# Mixed feelings



## Janz121 (Dec 11, 2012)

I have so many mixed feelings and emotions at the moment that I feel like I'm going crazy, I'm so angry that my husband is already messaging other girls after two weeks of breaking up, I'm sad because even though he didn't treat me good i still miss his company, I know it is the right thing to do leaving him but I still find myself wanting to txt him all the time on the other hand I'm proud of myself for leaving the relationship finally, I'm feeling stressed. But I'm having all these feelings at the same time and its stopping me from eating, sleeping, socialising. I feel physically sick, keep dry reaching and am constantly crying, I can't stop. I don't know how to control these emotions, they are taking over me, all I do all day is stay in bed crying until I fall asleep then I wake and cry more! This isn't me I'm usually well held together, I hardly ever cry.. I don't know what's happening or how to fix it


----------



## ReGroup (Dec 6, 2012)

The pain, anger, disappointment, etc... Are part of the process.

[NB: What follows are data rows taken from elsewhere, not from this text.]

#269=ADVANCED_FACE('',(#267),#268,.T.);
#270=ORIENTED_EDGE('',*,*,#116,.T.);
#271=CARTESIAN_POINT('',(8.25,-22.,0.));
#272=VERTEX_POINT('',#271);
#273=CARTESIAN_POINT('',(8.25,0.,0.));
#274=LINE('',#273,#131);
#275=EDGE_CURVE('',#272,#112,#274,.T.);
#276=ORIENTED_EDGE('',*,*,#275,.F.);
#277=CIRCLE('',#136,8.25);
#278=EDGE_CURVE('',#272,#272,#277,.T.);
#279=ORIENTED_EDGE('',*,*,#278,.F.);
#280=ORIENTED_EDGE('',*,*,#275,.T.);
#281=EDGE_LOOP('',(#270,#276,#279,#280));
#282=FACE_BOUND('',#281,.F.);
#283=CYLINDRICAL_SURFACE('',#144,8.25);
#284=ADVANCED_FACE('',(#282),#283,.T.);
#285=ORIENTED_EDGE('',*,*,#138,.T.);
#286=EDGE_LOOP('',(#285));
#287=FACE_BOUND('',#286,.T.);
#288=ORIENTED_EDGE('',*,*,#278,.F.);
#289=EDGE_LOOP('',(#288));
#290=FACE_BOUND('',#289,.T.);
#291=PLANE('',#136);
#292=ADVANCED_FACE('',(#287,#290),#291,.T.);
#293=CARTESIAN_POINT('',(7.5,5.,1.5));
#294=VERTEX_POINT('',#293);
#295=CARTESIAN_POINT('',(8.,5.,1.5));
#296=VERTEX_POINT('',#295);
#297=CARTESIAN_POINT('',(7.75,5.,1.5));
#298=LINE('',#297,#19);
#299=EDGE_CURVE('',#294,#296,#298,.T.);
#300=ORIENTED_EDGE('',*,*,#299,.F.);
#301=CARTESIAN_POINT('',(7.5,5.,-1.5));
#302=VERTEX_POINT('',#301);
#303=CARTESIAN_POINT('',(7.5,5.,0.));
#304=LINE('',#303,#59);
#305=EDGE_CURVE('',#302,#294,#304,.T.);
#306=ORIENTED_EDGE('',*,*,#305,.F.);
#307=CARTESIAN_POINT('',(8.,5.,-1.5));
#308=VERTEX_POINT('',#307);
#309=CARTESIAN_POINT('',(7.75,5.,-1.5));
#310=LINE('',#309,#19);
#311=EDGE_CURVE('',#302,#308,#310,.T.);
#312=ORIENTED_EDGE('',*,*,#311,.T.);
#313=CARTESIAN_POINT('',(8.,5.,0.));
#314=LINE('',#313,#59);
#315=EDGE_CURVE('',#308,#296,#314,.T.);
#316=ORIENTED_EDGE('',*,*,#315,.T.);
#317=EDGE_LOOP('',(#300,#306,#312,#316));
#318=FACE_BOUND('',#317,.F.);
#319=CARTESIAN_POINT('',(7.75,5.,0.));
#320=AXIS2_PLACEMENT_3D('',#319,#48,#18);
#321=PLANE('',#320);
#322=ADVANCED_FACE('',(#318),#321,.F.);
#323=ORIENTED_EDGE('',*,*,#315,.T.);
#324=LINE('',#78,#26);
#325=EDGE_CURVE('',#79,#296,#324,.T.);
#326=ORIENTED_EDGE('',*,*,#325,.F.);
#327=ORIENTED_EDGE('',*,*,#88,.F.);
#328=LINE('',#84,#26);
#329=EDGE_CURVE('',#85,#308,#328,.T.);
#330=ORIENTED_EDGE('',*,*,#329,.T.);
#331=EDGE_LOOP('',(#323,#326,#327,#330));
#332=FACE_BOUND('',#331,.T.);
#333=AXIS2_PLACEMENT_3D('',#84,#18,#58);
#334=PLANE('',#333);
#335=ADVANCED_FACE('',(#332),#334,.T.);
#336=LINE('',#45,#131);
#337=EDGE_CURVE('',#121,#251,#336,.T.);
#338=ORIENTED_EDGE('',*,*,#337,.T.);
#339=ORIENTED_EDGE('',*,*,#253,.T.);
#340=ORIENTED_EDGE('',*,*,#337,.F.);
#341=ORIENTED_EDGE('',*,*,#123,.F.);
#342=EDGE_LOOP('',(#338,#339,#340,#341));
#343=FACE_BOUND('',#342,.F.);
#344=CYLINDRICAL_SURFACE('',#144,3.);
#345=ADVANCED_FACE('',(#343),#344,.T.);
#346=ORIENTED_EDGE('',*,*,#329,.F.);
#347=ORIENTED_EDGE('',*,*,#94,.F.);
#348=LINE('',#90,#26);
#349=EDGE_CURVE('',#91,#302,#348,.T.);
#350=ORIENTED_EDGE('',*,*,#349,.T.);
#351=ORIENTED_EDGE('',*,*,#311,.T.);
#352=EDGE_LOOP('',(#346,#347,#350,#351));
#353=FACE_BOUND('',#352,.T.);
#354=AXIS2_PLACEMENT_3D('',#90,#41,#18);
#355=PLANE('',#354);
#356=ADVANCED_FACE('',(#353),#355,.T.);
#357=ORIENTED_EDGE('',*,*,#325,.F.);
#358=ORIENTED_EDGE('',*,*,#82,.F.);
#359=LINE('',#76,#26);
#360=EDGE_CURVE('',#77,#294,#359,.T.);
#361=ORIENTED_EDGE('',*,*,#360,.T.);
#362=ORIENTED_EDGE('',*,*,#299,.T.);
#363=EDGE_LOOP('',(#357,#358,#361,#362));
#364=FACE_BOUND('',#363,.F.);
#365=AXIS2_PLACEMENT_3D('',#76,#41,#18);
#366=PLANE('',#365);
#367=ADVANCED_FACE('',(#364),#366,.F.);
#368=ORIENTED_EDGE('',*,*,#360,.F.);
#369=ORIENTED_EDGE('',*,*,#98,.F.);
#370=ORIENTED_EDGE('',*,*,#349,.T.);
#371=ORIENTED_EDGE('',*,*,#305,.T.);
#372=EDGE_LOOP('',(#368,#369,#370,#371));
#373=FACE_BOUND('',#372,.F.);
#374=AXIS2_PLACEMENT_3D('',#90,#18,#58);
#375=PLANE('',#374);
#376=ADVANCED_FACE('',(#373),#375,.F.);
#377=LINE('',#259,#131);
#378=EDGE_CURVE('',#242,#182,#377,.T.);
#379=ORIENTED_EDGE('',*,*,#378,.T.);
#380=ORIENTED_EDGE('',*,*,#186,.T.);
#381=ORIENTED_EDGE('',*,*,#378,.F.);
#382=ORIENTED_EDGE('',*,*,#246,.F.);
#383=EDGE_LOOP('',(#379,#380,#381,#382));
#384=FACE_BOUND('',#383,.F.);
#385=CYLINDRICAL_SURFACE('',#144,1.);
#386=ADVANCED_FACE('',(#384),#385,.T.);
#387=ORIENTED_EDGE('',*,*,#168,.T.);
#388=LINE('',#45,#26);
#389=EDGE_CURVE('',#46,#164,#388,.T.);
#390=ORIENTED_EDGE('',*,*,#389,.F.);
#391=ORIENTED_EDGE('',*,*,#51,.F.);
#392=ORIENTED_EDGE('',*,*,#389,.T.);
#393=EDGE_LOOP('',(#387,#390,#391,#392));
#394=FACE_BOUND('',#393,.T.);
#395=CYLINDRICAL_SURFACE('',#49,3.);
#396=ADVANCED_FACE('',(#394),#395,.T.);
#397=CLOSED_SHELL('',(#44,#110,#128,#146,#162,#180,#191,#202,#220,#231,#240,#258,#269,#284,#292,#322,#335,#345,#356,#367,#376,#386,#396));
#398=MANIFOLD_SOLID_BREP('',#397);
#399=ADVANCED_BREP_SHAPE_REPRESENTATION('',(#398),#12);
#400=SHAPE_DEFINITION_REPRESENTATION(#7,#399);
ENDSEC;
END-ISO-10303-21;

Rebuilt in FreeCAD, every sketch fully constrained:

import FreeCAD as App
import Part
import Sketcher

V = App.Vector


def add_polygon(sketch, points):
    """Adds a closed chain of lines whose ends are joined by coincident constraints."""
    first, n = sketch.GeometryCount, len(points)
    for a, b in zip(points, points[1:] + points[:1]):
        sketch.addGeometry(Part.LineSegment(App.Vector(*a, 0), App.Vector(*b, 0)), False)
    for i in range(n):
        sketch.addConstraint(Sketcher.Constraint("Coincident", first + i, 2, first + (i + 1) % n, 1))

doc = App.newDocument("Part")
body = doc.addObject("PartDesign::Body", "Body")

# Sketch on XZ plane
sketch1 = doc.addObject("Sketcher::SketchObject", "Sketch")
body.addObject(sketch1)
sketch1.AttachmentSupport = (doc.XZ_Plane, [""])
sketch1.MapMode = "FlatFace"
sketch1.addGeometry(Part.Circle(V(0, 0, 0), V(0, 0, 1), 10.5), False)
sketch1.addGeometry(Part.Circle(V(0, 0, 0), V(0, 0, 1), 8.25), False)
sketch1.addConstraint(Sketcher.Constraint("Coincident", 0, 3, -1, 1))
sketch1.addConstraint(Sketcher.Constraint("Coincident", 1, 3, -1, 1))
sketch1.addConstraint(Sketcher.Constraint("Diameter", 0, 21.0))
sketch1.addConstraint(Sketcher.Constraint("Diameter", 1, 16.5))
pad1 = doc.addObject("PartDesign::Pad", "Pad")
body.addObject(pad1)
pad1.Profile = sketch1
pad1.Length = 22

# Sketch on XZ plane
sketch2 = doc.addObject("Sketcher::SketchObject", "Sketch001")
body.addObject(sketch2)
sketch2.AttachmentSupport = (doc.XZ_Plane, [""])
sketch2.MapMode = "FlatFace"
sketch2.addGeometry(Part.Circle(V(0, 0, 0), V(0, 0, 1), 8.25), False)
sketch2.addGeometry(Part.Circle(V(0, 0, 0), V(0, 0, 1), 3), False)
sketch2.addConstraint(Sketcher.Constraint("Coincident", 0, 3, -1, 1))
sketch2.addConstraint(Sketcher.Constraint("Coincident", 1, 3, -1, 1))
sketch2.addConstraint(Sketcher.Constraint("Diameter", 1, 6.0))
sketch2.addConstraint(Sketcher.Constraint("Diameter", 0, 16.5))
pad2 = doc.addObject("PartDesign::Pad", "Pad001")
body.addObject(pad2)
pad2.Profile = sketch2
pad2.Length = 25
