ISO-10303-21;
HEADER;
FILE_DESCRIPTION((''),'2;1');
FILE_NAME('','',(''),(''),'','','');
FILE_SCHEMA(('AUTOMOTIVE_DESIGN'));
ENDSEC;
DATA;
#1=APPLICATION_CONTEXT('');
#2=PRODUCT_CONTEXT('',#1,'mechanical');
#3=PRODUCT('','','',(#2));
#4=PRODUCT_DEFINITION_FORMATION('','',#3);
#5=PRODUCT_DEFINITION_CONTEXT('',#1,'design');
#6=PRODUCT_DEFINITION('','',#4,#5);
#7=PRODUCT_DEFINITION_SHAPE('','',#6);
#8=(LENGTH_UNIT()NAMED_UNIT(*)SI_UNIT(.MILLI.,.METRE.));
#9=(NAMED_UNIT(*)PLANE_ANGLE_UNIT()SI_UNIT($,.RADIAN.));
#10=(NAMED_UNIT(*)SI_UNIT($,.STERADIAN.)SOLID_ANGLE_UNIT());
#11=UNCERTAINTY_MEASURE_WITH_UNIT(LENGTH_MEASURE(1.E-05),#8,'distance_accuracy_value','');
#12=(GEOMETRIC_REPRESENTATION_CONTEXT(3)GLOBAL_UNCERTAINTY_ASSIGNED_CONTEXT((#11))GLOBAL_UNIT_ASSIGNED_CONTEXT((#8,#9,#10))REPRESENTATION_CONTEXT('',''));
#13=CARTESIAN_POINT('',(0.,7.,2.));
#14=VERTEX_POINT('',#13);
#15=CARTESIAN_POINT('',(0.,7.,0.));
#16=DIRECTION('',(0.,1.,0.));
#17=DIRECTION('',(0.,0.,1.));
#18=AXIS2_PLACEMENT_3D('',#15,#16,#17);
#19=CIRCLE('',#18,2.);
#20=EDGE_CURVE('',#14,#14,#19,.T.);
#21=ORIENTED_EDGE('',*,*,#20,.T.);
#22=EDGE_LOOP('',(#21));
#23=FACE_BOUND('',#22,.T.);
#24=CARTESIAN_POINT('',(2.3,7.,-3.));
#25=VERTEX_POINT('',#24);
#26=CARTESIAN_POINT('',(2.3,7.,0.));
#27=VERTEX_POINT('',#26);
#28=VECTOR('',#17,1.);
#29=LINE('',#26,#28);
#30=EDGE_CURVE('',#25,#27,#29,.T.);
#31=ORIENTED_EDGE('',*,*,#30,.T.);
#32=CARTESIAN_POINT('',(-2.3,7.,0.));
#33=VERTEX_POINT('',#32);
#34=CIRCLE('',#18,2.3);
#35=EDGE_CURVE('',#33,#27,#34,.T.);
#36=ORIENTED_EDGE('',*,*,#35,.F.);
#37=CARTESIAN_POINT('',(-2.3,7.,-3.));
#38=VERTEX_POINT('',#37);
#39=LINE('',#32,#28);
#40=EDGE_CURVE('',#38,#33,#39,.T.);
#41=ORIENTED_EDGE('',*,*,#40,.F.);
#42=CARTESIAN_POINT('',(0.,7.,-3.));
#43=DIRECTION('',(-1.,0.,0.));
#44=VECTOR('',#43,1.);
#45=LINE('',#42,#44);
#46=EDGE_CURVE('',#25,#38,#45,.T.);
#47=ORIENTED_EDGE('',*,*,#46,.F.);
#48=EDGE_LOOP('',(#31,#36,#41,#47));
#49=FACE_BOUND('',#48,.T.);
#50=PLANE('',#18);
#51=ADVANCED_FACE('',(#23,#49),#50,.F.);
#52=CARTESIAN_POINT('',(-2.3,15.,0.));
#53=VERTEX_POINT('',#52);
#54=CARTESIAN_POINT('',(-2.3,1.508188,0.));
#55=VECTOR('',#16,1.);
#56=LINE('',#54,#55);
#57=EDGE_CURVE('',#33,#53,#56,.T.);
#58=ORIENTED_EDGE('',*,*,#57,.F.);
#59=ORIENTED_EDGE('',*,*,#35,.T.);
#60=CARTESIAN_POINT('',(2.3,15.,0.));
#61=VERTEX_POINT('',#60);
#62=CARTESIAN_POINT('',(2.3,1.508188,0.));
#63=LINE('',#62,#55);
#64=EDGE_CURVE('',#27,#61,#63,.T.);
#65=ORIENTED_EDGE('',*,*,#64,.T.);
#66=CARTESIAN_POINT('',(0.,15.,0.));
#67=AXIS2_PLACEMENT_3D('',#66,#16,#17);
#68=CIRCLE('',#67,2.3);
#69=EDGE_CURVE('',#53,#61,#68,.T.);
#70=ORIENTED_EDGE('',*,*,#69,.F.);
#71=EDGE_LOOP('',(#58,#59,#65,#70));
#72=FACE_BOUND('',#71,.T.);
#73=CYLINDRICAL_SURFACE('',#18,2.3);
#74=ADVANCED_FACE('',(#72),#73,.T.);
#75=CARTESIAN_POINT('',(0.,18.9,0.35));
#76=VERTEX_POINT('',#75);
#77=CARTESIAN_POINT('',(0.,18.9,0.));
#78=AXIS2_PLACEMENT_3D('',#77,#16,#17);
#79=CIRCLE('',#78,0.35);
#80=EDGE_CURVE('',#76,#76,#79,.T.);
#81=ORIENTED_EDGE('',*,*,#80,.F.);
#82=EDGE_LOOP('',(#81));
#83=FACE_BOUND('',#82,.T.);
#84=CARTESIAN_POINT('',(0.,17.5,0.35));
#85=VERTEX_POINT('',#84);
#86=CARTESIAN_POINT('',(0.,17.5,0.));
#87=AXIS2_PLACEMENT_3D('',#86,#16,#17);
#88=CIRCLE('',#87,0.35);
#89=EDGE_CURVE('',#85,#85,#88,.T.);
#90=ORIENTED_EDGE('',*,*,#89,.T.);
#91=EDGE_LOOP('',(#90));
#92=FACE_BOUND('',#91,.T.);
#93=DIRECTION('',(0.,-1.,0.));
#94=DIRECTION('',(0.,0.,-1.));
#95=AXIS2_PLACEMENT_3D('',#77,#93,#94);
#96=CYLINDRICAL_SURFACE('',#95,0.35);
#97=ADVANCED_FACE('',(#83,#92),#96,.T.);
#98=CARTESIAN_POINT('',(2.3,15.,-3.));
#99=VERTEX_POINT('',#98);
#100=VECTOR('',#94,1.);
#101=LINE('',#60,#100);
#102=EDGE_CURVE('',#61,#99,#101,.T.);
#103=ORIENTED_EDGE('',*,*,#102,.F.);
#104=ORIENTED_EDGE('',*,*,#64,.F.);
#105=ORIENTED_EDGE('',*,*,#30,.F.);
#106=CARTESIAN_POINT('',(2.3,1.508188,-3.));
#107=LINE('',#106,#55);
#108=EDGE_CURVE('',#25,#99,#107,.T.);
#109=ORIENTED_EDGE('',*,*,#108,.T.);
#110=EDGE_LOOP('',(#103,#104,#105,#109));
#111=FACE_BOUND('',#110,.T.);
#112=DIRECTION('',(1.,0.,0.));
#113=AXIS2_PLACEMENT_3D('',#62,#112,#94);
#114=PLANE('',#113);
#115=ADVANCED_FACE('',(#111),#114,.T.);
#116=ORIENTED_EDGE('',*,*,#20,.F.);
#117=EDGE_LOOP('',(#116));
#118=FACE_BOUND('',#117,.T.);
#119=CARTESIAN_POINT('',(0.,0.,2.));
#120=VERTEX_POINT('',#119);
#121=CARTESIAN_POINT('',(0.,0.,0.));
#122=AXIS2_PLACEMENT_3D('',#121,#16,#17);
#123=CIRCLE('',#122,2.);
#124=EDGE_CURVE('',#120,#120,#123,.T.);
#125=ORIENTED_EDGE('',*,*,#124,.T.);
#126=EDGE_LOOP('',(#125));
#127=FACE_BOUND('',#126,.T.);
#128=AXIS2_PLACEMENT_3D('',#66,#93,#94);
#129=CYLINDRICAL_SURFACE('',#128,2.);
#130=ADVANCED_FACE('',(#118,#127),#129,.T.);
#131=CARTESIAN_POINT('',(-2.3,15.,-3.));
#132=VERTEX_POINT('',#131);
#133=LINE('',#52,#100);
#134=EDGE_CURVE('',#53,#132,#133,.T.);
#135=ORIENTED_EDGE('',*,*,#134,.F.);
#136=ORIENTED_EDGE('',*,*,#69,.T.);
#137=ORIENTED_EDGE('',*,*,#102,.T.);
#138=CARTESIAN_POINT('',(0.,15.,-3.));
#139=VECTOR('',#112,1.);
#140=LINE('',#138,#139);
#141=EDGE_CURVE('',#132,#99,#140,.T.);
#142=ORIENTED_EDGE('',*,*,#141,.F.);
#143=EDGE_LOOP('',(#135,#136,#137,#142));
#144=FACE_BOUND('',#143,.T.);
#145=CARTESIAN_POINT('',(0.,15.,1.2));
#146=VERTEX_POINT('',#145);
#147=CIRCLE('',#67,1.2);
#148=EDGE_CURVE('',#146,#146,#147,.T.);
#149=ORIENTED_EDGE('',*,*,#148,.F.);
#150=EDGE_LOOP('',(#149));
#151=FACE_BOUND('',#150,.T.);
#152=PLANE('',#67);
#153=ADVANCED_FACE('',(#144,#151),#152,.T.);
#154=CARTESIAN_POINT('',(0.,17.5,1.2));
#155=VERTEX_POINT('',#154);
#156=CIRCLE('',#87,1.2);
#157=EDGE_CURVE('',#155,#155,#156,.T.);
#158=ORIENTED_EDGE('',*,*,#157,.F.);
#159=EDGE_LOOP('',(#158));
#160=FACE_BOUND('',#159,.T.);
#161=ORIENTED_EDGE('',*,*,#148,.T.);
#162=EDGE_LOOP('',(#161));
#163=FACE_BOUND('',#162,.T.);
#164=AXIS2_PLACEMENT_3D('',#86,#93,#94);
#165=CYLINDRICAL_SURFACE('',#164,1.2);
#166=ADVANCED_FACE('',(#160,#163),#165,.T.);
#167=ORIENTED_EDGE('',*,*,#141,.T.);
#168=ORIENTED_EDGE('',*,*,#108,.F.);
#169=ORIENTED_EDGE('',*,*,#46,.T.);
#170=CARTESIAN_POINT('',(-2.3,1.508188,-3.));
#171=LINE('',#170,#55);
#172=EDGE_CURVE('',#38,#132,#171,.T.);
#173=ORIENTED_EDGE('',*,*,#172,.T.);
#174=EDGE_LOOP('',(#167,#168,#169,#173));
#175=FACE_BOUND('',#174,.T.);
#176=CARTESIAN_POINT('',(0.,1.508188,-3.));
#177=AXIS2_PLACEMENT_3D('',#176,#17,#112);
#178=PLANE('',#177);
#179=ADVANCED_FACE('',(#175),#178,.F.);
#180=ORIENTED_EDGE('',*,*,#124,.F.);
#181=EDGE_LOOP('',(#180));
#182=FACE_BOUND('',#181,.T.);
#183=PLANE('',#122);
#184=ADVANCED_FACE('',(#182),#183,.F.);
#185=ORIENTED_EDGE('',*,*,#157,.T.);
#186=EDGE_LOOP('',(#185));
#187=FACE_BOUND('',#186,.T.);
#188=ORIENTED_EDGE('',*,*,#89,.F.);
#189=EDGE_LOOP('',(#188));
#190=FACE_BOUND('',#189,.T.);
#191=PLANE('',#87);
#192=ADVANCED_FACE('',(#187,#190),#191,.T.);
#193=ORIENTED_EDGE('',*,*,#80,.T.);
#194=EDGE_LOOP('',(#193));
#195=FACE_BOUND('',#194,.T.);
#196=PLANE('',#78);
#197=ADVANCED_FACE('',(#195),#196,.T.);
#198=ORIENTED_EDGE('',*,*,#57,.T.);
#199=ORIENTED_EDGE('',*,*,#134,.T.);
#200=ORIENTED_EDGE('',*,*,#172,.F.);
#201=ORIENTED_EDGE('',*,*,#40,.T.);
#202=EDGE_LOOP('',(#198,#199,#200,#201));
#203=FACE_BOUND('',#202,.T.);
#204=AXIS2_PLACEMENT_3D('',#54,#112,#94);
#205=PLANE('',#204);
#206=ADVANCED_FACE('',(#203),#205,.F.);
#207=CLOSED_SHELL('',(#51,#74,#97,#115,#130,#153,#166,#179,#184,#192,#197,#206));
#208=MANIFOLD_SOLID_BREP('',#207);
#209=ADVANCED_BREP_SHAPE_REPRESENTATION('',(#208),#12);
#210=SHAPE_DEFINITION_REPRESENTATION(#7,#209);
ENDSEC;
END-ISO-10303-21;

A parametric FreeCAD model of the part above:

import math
import FreeCAD as App
import Part
import Sketcher

V = App.Vector
Q = App.Units.Quantity

doc = App.newDocument("Part")
body = doc.addObject("PartDesign::Body", "Body")

sketch1 = body.newObject("Sketcher::SketchObject", "Sketch")
sketch1.AttachmentSupport = (doc.getObject("XZ_Plane"), [""])
sketch1.MapMode = "FlatFace"
sketch1.addGeometry(Part.Circle(V(0, 0, 0), V(0, 0, 1), 2), False)
sketch1.addConstraint([
    Sketcher.Constraint("Coincident", 0, 3, -1, 1),
    Sketcher.Constraint("Diameter", 0, Q("4 mm")),
])
pad1 = body.newObject("PartDesign::Pad", "Pad")
pad1.Profile = sketch1
pad1.Length = 15
pad1.Reversed = True

sketch2 = body.newObject("Sketcher::SketchObject", "Sketch001")
sketch2.AttachmentSupport = (doc.getObject("XZ_Plane"), [""])
sketch2.MapMode = "FlatFace"
sketch2.AttachmentOffset = App.Placement(V(0, 0, -15), App.Rotation())
sketch2.addGeometry(Part.Circle(V(0, 0, 0), V(0, 0, 1), 1.2), False)
sketch2.addConstraint([
    Sketcher.Constraint("Coincident", 0, 3, -1, 1),
    Sketcher.Constraint("Diameter", 0, Q("2.4 mm")),
])
pad2 = body.newObject("PartDesign::Pad", "Pad001")
pad2.Profile = sketch2
pad2.Length = 2.5
pad2.Reversed = True

sketch3 = body.newObject("Sketcher::SketchObject", "Sketch002")
sketch3.AttachmentSupport = (doc.getObject("XZ_Plane"), [""])
sketch3.MapMode = "FlatFace"
sketch3.AttachmentOffset = App.Placement(V(0, 0, -17.5), App.Rotation())
sketch3.addGeometry(Part.Circle(V(0, 0, 0), V(0, 0, 1), 0.35), False)
sketch3.addConstraint([
    Sketcher.Constraint("Coincident", 0, 3, -1, 1),
    Sketcher.Constraint("Diameter", 0, Q("0.7 mm")),
])
pad3 = body.newObject("PartDesign::Pad", "Pad002")
pad3.Profile = sketch3
pad3.Length = 1.4
pad3.Reversed = True

sketch4 = body.newObject("Sketcher::SketchObject", "Sketch003")
sketch4.AttachmentSupport = (doc.getObject("XZ_Plane"), [""])
sketch4.MapMode = "FlatFace"
sketch4.AttachmentOffset = App.Placement(V(0, 0, -15), App.Rotation())
sketch4.addGeometry([
    Part.Circle(V(0, 0, 0), V(0, 0, 1), 2.3),
    Part.Circle(V(0, 0, 0), V(0, 0, 1), 2),
], False)
sketch4.addConstraint([
    Sketcher.Constraint("Coincident", 0, 3, -1, 1),
    Sketcher.Constraint("Coincident", 1, 3, -1, 1),
    Sketcher.Constraint("Diameter", 1, Q("4 mm")),
    Sketcher.Constraint("Diameter", 0, Q("4.6 mm")),
])
pad4 = body.newObject("PartDesign::Pad", "Pad003")
pad4.Profile = sketch4
pad4.Length = 8

sketch5 = body.newObject("Sketcher::SketchObject", "Sketch004")
sketch5.AttachmentSupport = (doc.getObject("XZ_Plane"), [""])
sketch5.MapMode = "FlatFace"
sketch5.AttachmentOffset = App.Placement(V(0, 0, -15), App.Rotation())
sketch5.addGeometry([
    Part.ArcOfCircle(Part.Circle(V(0, 0, 0), V(0, 0, 1), 2.3), math.radians(0), math.radians(180)),
    Part.LineSegment(V(2.3, 0, 0), V(2.3, -3, 0)),
    Part.LineSegment(V(2.3, -3, 0), V(-2.3, -3, 0)),
    Part.LineSegment(V(-2.3, -3, 0), V(-2.3, 0, 0)),
], False)
sketch5.addConstraint([
    Sketcher.Constraint("Tangent", 0, 1, 1, 1),
    Sketcher.Constraint("Coincident", 1, 2, 2, 1),
    Sketcher.Constraint("Coincident", 2, 2, 3, 1),
    Sketcher.Constraint("Tangent", 3, 2, 0, 2),
    Sketcher.Constraint("Vertical", 1),
    Sketcher.Constraint("Horizontal", 2),
    Sketcher.Constraint("Vertical", 3),
    Sketcher.Constraint("Coincident", 0, 3, -1, 1),
    Sketcher.Constraint("Radius", 0, Q("2.3 mm")),
    Sketcher.Constraint("DistanceY", 1, 2, 1, 1, Q("3 mm")),
])
pad5 = body.newObject("PartDesign::Pad", "Pad004")
pad5.Profile = sketch5
pad5.Length = 8

doc.recompute()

Welcome your emotions - it's part of healing. You are doing right by ending your relationship. He didn't learn from his mistakes and you are showing him consequences. It's best to cut your losses now - in time, you'll be better prepared to find a more suitable mate. Work on and focus on yourself - things will fall into place.
_Posted via Mobile Device_


----------



## Janz121 (Dec 11, 2012)

so this is normal to have all these feelings at once? do i just keep going the way i am? how long before this pain will stop? its killing me, i hate it.


----------



## Pepper123 (Nov 27, 2012)

I am about 9 months into the process, and I can tell you it takes longer than that. FWIW my STBX was abusive, and I still miss him and mourn the loss of the relationship. He had a lot of good qualities as well. Treat this as a death (because in reality, it is) and understand that you need to go through the necessary stages of grief. Allow your feelings to come out; you have to feel to heal.


----------



## ReGroup (Dec 6, 2012)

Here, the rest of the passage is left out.